*Stored items*
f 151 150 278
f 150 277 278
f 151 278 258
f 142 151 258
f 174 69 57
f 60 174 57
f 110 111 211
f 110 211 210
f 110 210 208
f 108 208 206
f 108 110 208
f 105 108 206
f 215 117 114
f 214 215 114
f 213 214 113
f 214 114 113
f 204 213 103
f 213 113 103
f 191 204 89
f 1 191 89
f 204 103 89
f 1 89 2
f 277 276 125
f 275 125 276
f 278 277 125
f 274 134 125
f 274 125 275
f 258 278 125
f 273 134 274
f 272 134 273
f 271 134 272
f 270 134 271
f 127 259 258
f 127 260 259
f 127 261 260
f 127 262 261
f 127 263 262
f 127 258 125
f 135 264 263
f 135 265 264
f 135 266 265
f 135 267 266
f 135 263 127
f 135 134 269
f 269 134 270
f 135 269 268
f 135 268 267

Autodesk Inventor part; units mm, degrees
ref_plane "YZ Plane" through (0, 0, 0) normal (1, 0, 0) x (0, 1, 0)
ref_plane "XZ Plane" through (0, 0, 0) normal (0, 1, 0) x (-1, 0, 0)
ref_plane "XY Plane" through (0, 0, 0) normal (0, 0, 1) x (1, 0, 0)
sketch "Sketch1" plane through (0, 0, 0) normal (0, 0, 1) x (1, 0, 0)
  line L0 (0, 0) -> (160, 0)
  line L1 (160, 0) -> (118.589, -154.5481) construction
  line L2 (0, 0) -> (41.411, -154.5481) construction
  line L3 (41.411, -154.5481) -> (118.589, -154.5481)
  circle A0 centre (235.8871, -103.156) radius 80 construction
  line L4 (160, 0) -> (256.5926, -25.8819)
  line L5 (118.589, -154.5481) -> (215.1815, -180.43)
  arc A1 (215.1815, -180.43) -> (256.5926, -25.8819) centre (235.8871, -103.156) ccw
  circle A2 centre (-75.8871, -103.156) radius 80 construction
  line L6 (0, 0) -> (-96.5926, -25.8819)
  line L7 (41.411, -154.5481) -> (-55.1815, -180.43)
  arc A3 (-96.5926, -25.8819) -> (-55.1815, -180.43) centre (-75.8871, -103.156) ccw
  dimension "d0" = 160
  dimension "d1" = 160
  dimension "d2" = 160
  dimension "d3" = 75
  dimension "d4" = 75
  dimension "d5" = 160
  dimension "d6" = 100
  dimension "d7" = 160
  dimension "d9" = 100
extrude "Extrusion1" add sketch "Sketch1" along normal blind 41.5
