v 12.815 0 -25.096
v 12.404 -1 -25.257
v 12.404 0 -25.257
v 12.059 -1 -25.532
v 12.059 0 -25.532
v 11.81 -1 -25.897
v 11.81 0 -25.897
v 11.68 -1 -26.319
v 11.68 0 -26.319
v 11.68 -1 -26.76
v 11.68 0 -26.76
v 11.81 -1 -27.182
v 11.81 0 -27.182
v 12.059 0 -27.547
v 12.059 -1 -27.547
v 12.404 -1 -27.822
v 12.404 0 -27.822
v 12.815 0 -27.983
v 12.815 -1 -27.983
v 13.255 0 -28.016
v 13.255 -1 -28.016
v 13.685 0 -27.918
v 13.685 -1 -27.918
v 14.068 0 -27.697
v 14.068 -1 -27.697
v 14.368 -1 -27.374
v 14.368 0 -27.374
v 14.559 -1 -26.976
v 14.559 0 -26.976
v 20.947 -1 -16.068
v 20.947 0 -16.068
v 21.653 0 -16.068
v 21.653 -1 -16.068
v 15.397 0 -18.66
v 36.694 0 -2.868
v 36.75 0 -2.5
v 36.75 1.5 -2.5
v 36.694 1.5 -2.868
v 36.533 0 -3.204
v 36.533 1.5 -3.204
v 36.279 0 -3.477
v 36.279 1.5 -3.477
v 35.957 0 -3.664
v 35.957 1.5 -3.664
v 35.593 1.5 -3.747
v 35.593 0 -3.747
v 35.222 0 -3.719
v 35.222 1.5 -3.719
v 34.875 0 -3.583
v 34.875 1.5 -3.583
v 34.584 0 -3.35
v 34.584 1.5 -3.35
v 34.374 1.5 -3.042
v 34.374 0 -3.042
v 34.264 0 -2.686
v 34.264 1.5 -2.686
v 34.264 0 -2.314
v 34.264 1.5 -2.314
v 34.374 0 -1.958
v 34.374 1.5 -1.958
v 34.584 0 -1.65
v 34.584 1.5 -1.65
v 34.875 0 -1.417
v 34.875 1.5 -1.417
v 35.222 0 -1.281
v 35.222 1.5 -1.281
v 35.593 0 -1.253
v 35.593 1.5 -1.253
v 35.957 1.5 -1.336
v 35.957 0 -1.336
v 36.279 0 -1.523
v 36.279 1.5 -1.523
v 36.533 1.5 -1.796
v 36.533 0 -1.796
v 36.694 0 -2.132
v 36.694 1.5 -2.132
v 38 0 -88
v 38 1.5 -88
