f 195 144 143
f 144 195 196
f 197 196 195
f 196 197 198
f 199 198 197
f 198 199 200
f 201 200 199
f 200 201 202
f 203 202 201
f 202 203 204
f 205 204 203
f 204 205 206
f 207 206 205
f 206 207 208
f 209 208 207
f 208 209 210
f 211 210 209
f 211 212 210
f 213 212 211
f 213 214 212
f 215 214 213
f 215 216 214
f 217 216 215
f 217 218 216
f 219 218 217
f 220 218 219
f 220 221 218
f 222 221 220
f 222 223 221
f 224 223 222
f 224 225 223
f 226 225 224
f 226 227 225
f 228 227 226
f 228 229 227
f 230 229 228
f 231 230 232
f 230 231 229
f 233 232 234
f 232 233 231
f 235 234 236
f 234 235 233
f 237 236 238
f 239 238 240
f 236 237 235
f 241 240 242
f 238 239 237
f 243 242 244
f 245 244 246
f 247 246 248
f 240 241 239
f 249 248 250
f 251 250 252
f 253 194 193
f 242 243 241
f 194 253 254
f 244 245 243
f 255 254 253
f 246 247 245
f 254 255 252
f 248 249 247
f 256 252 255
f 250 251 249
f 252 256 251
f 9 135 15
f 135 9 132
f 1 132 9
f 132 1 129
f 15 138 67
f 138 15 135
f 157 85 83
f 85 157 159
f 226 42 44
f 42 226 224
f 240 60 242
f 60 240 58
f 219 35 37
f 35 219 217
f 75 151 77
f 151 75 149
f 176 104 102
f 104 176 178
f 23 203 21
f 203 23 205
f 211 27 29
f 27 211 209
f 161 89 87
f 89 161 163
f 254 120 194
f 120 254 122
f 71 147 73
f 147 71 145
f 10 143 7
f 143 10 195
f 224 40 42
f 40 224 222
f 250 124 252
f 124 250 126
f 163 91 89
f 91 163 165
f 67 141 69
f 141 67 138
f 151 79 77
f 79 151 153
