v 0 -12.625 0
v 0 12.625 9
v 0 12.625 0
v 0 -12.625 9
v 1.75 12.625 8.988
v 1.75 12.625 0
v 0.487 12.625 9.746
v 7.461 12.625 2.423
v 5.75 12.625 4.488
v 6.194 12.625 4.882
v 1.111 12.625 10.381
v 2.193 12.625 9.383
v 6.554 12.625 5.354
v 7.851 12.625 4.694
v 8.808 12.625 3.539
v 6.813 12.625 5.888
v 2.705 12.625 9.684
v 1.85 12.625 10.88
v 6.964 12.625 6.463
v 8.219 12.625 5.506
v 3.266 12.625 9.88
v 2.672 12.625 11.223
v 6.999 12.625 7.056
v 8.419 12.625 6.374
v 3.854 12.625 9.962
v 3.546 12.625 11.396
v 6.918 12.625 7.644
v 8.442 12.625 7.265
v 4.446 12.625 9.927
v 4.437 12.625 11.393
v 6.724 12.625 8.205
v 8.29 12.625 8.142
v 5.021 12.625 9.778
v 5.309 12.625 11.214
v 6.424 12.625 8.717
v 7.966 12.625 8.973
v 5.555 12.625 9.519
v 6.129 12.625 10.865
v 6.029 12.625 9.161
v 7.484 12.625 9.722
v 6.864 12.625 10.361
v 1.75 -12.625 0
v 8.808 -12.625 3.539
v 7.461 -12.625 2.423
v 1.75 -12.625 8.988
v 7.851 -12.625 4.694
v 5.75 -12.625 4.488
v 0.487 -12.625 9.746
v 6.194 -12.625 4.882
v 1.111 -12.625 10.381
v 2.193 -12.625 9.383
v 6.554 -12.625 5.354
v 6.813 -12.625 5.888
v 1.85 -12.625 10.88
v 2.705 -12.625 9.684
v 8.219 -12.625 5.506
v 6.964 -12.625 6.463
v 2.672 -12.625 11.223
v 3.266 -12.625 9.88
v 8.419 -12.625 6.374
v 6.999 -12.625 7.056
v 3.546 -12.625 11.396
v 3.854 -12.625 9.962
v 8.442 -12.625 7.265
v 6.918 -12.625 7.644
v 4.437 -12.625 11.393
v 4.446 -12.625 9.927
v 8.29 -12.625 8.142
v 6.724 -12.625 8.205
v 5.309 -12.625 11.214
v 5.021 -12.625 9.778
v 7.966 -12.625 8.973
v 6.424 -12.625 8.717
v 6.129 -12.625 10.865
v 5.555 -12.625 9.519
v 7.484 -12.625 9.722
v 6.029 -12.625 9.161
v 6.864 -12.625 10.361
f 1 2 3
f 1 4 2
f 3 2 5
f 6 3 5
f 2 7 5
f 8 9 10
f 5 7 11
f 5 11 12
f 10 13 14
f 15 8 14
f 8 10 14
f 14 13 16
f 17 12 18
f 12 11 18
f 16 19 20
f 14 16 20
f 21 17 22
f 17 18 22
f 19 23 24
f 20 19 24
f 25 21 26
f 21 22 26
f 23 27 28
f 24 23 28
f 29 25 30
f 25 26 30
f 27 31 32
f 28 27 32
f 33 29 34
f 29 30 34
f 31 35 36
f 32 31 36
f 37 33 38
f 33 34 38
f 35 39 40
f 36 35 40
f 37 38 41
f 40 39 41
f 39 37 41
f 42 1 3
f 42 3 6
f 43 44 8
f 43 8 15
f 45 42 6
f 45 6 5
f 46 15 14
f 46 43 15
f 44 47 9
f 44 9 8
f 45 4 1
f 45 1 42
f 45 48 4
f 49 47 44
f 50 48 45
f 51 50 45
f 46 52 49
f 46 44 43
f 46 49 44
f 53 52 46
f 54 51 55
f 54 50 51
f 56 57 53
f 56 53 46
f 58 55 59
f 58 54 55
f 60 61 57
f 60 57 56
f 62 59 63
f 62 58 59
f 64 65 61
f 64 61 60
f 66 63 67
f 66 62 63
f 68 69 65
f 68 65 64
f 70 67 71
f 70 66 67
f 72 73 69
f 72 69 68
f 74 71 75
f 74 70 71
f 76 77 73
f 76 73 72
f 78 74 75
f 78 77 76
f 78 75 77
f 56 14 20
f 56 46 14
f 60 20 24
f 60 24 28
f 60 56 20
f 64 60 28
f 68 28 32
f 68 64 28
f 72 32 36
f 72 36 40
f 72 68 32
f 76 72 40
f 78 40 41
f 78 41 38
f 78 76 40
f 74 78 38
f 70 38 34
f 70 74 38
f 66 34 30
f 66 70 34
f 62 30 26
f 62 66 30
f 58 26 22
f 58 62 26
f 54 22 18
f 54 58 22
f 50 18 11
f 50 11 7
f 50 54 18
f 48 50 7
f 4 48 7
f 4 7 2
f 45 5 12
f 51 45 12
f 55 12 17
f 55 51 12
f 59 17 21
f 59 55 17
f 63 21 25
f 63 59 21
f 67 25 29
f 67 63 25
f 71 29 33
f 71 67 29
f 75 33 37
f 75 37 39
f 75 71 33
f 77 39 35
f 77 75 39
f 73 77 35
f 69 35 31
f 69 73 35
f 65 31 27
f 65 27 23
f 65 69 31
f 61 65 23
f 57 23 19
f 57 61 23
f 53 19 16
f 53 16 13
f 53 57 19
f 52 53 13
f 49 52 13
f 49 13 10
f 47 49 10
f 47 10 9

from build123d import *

# Parameters (mm, degrees)
F1_DEPTH = 12.625


with BuildPart() as f1:
    # F0 (on Front) → F1 (new body, symmetric)
    with BuildSketch(Plane.XZ):
        with BuildLine():
            Line((0, 9), (0, 0))
            Line((0, 0), (1.75, 0))
            Line((1.75, 0), (1.75, 4.487874))
            Line((1.75, 4.487874), (1.75, 8.987874))
            ThreePointArc((1.75, 8.987874), (6.237186, 8.948706), (5.75, 4.487874))
            Line((5.75, 4.487874), (7.460699, 2.422835))
            Line((7.460699, 2.422835), (8.808343, 3.539237))
            Line((8.808343, 3.539237), (7.851427, 4.694361))
            ThreePointArc((7.851427, 4.694361), (6.12928, 10.865432), (0, 9))
        make_face()
    extrude(amount=F1_DEPTH, both=True)


solid = f1.part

*Brief*
Please copy the lines above from the line with "v 13.685 -1 -27.918" up to and including the line with "v 34.875 1.5 -3.583", exactly as written and with nothing else.

*Answer space*
v 13.685 -1 -27.918
v 14.068 0 -27.697
v 14.068 -1 -27.697
v 14.368 -1 -27.374
v 14.368 0 -27.374
v 14.559 -1 -26.976
v 14.559 0 -26.976
v 20.947 -1 -16.068
v 20.947 0 -16.068
v 21.653 0 -16.068
v 21.653 -1 -16.068
v 15.397 0 -18.66
v 36.694 0 -2.868
v 36.75 0 -2.5
v 36.75 1.5 -2.5
v 36.694 1.5 -2.868
v 36.533 0 -3.204
v 36.533 1.5 -3.204
v 36.279 0 -3.477
v 36.279 1.5 -3.477
v 35.957 0 -3.664
v 35.957 1.5 -3.664
v 35.593 1.5 -3.747
v 35.593 0 -3.747
v 35.222 0 -3.719
v 35.222 1.5 -3.719
v 34.875 0 -3.583
v 34.875 1.5 -3.583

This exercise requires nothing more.